Leukotriene biosynthesis inhibitor MK886 impedes DNA polymerase activity.

Specialized DNA polymerases participate in replication stress responses and in DNA repair pathways that function as barriers against cellular senescence and genomic instability. These events can be co-opted by tumor cells as a mechanism to survive chemotherapeutic and ionizing radiation treatments and as such, represent potential targets for adjuvant therapies. Previously, a high-throughput screen of ∼16,000 compounds identified several first generation proof-of-principle inhibitors of human DNA polymerase kappa (hpol κ). The indole-derived inhibitor of 5-lipoxygenase activating protein (FLAP), MK886, was one of the most potent inhibitors of hpol κ discovered in that screen.
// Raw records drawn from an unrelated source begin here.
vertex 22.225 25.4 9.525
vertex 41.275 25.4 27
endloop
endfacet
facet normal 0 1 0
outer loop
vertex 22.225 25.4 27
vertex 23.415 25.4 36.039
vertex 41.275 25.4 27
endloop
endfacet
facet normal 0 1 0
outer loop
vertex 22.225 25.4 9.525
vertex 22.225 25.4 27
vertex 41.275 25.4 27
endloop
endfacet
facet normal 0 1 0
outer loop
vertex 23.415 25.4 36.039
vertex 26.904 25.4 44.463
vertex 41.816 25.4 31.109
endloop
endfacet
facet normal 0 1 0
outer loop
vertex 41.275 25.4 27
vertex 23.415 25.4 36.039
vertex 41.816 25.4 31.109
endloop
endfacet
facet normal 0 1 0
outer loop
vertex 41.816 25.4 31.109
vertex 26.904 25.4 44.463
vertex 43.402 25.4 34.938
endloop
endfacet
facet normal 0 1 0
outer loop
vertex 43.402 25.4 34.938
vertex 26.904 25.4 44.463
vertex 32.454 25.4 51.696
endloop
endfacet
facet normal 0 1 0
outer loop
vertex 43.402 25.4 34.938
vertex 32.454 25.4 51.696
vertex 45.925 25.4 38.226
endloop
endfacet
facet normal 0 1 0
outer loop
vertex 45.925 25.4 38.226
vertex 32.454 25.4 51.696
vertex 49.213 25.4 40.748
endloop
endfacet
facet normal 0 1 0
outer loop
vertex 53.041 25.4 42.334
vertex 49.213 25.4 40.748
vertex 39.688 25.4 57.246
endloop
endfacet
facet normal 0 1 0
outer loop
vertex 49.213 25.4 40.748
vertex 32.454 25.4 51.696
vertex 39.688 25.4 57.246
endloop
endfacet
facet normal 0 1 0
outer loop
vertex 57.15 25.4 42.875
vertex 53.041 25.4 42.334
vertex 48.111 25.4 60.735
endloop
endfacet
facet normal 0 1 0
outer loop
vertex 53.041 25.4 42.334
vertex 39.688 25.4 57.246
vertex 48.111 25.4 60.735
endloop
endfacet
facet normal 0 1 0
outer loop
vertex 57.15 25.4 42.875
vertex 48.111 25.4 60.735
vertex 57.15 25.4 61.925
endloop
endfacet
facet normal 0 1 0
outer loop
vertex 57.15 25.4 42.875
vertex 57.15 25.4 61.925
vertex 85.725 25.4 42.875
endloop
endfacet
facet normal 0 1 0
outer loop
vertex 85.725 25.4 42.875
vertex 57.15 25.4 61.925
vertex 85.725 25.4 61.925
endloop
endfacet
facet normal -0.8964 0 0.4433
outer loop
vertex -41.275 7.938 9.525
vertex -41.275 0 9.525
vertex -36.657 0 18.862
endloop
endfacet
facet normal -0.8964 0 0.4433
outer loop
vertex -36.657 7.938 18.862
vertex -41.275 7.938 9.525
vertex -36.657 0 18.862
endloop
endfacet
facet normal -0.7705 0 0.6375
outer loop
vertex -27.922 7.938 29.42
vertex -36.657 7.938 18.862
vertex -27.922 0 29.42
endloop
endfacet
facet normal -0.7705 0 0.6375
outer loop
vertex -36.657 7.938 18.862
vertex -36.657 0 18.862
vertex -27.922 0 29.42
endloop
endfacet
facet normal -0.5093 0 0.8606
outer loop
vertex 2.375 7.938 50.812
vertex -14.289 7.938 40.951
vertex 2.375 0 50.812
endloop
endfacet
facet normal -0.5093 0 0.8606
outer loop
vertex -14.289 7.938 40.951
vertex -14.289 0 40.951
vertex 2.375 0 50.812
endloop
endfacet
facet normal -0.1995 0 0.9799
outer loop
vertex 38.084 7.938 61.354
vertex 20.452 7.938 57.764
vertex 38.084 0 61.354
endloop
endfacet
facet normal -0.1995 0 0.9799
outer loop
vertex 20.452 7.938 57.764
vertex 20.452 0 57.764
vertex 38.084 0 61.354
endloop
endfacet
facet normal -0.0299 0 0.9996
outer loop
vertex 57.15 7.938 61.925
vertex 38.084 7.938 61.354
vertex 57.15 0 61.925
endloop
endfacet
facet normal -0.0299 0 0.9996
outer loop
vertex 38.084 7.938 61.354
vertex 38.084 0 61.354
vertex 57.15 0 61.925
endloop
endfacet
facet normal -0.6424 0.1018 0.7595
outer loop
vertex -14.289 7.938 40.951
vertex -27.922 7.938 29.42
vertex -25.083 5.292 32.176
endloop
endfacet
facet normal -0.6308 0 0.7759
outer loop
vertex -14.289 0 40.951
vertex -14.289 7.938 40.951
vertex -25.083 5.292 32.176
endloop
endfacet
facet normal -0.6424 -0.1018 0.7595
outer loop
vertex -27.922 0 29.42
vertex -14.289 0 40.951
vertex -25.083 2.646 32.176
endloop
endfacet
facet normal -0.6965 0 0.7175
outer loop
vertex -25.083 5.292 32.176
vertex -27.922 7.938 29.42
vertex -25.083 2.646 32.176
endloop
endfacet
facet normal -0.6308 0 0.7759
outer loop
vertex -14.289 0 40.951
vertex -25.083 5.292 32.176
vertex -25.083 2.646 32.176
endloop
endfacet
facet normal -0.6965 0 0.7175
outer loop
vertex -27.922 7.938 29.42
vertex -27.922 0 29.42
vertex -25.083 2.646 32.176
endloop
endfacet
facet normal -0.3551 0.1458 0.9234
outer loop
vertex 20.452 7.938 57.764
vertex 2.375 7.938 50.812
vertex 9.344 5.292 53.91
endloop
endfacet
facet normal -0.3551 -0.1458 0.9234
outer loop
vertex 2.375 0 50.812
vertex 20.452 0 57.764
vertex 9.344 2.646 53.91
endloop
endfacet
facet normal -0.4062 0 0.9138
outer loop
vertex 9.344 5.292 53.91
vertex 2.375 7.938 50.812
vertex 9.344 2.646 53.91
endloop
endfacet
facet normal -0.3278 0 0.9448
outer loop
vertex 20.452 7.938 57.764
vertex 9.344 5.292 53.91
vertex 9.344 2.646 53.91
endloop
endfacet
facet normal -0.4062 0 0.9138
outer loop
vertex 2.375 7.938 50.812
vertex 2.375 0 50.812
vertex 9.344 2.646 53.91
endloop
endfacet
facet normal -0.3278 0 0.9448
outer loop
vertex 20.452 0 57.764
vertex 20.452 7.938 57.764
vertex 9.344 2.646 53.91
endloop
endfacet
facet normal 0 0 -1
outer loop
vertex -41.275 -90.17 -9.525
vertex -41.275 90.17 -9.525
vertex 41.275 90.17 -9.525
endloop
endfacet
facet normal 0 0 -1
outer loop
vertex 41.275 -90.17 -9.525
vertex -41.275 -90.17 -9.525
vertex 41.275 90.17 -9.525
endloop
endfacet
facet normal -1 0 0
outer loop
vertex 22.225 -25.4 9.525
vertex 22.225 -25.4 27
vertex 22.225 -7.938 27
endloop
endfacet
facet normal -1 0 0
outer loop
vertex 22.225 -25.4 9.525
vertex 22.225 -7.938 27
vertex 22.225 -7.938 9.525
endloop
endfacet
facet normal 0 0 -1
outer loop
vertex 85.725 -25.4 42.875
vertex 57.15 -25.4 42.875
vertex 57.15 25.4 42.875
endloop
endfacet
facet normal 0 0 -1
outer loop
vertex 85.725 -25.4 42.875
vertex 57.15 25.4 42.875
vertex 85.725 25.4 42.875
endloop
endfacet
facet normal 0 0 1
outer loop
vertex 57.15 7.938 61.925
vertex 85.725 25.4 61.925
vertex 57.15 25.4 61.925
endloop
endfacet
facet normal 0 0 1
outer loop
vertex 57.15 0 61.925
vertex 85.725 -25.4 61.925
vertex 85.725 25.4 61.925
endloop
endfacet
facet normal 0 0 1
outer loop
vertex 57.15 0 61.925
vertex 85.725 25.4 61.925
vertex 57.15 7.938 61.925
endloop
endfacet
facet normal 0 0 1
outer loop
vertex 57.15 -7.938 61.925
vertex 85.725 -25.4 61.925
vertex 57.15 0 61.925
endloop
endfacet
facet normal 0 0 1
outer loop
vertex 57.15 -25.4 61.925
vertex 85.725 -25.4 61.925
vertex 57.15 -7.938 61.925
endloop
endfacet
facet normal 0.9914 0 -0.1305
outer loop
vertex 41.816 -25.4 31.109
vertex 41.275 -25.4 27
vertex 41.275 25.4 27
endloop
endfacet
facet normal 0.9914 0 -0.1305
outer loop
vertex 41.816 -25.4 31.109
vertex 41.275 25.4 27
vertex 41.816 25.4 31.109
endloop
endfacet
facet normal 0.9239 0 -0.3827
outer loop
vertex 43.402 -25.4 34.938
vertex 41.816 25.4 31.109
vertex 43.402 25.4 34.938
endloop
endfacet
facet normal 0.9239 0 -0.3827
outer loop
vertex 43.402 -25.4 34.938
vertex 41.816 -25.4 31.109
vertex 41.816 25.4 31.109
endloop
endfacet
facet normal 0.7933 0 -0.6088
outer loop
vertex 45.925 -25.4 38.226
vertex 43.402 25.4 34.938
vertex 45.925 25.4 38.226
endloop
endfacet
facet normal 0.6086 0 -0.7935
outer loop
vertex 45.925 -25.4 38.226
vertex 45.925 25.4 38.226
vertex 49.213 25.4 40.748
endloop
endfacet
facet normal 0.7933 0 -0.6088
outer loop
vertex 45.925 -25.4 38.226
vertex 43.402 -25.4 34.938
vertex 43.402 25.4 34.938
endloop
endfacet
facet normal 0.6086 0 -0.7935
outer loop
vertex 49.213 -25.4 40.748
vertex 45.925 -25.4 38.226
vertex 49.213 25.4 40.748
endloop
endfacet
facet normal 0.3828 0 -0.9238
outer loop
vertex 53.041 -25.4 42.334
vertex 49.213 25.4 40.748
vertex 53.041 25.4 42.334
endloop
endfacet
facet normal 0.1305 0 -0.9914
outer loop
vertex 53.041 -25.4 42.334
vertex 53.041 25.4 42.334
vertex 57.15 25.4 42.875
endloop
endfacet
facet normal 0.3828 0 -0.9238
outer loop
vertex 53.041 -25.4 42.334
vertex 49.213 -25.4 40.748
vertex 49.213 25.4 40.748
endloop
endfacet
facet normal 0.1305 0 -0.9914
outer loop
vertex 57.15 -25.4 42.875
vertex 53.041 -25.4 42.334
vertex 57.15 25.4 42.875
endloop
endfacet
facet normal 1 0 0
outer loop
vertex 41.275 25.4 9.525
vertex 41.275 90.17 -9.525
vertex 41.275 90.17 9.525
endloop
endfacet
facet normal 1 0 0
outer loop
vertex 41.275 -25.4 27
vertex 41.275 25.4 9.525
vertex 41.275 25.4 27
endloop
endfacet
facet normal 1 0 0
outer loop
However, the specificity and mechanism of inhibition remained largely undefined. In the current study, the specificity of MK886 against human Y-family DNA polymerases and a model B-family DNA polymerase was investigated. MK886 was found to inhibit the activity of all DNA polymerases tested with similar IC(50) values, the exception being a 6- to 8-fold increase in the potency of inhibition against human DNA polymerase iota (hpol ι), a highly error-prone enzyme that uses Hoogsteen base-pairing modes during catalysis. The specificity against hpol ι was partially abrogated by inclusion of the recently annotated 25 a.a. N-terminal extension. On the basis of Michaelis-Menten kinetic analyses and DNA binding assays, the mechanism of inhibition by MK886 appears to be mixed. In silico docking studies were used to produce a series of models for MK886 binding to Y-family members. The docking results indicate that two binding pockets are conserved between Y-family polymerases, while a third pocket near the thumb domain appears to be unique to hpol ι. Overall, these results provide insight into the general mechanism of DNA polymerase inhibition by MK886.